### [ACTIVITY]
Where a line holds the word "Locations", copy that line from the data below.

PROVIDED DATA Block Start

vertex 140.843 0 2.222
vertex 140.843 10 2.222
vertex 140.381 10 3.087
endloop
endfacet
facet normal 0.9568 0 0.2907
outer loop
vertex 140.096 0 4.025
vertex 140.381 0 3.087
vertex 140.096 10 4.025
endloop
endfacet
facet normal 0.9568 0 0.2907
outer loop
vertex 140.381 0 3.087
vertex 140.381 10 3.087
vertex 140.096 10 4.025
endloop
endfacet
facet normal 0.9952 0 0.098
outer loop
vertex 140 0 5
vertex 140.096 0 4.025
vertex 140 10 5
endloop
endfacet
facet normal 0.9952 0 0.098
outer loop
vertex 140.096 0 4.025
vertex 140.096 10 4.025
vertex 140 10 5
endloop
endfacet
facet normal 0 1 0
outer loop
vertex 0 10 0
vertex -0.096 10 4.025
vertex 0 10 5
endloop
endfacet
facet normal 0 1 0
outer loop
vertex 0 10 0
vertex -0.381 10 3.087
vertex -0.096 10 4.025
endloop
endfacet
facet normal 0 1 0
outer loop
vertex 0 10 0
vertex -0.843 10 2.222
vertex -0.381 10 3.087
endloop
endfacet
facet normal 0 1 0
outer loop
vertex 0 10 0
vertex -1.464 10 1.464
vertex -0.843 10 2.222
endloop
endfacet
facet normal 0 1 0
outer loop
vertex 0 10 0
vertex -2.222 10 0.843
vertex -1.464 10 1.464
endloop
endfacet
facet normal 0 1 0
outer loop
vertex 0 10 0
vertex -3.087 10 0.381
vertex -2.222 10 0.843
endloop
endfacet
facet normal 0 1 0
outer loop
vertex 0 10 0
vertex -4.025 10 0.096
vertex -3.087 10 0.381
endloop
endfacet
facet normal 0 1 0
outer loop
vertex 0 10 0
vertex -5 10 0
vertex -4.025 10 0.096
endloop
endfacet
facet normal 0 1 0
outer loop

PROVIDED DATA Block End
PROVIDED DATA Block Start

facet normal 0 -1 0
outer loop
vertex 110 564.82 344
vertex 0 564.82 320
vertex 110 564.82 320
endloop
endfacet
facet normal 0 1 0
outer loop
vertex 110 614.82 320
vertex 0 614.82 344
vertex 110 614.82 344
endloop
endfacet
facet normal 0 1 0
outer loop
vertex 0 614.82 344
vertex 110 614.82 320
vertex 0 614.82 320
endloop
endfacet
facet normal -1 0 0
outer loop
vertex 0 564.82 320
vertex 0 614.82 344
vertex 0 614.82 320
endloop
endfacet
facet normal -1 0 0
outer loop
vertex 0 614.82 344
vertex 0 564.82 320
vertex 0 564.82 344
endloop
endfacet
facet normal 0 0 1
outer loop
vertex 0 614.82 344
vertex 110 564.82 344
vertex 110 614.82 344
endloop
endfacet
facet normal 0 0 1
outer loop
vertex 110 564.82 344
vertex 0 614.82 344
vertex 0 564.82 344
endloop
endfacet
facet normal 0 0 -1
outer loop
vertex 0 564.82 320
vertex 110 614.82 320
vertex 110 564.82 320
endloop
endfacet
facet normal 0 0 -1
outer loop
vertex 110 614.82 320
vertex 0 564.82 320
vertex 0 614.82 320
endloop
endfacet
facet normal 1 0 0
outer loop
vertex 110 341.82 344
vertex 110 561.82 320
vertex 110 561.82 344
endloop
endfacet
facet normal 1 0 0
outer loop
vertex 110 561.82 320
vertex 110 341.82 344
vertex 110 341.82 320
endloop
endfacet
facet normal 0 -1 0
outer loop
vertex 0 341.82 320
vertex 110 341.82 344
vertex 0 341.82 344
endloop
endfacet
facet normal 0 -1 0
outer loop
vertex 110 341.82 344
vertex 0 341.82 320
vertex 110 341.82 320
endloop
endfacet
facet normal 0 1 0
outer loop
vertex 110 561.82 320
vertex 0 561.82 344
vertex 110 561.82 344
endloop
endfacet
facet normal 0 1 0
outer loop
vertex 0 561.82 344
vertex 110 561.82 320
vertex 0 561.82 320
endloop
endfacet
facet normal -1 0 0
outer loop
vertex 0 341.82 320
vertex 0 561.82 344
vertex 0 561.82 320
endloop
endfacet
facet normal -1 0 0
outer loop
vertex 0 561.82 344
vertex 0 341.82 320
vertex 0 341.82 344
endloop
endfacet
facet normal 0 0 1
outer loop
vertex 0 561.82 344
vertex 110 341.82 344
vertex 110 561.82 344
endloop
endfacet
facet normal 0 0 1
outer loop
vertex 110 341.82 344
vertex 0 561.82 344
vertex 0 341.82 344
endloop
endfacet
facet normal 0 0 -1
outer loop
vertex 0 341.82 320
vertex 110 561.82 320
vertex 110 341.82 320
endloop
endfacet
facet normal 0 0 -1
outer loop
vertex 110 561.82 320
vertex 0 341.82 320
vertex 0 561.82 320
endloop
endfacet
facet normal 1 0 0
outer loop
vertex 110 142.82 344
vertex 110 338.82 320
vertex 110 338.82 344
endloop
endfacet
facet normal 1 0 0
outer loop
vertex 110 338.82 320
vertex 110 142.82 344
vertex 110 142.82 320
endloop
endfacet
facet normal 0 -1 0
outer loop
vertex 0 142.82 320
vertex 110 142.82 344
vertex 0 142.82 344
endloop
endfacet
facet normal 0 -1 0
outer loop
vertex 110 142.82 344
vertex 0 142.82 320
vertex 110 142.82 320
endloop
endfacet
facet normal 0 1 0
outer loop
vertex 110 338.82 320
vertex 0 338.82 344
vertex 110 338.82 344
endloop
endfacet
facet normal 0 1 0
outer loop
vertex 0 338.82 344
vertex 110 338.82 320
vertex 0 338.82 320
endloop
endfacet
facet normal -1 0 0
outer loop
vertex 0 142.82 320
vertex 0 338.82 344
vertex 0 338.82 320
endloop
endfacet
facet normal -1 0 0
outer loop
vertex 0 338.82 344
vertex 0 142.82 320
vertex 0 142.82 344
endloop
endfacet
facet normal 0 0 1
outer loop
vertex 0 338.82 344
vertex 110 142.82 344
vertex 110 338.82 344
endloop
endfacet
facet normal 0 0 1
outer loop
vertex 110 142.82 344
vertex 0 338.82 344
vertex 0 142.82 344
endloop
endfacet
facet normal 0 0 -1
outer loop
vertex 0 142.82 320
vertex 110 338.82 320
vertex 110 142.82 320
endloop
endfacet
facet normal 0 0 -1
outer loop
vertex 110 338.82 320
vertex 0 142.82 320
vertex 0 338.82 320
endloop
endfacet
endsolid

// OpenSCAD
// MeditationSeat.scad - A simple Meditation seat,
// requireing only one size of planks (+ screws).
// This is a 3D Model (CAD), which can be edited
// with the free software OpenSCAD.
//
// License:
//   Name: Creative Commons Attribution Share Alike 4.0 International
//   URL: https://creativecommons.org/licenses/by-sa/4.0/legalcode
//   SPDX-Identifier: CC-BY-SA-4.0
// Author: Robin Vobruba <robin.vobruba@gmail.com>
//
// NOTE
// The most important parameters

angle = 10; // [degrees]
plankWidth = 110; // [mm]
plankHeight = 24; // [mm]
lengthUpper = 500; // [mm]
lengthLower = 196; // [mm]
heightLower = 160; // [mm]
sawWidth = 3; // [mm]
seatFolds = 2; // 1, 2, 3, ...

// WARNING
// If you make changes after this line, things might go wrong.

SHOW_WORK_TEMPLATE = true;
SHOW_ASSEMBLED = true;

PROVIDED DATA Block End
PROVIDED DATA Block Start

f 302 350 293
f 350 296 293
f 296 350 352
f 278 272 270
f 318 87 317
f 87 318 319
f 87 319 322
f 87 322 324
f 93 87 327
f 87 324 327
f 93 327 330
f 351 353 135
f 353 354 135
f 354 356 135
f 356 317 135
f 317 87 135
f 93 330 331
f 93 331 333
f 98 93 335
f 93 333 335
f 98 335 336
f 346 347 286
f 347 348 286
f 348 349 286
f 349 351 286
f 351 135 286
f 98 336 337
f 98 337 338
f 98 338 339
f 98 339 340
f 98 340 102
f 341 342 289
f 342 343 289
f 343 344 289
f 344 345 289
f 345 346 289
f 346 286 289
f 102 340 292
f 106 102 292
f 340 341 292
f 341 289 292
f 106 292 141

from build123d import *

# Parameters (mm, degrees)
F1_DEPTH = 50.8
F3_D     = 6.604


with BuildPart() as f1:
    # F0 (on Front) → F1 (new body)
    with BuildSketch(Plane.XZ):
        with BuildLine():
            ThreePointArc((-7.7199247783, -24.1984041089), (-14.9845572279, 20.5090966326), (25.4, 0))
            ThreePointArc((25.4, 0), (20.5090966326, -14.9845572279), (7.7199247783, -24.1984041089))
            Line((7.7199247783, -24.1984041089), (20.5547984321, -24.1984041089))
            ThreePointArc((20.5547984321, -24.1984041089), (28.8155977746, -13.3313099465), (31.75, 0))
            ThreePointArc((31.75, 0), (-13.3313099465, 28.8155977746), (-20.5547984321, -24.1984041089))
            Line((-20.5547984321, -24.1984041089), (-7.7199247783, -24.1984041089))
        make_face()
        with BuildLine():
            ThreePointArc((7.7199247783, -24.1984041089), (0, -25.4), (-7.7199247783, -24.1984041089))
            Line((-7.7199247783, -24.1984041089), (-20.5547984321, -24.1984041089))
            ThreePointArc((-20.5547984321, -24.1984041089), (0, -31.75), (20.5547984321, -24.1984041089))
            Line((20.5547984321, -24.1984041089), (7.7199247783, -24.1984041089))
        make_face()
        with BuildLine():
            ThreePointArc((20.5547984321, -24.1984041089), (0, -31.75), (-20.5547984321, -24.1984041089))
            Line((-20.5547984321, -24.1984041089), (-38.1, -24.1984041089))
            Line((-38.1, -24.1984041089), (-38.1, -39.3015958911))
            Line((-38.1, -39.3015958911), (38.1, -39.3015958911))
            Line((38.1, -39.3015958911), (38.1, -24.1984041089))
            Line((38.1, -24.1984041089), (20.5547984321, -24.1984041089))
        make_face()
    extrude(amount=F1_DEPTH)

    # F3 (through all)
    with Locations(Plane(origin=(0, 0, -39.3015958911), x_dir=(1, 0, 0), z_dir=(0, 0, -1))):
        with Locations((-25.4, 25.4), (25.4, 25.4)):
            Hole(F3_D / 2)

PROVIDED DATA Block End

### [RESULT OF THE TASK]
    with Locations(Plane(origin=(0, 0, -39.3015958911), x_dir=(1, 0, 0), z_dir=(0, 0, -1))):
        with Locations((-25.4, 25.4), (25.4, 25.4)):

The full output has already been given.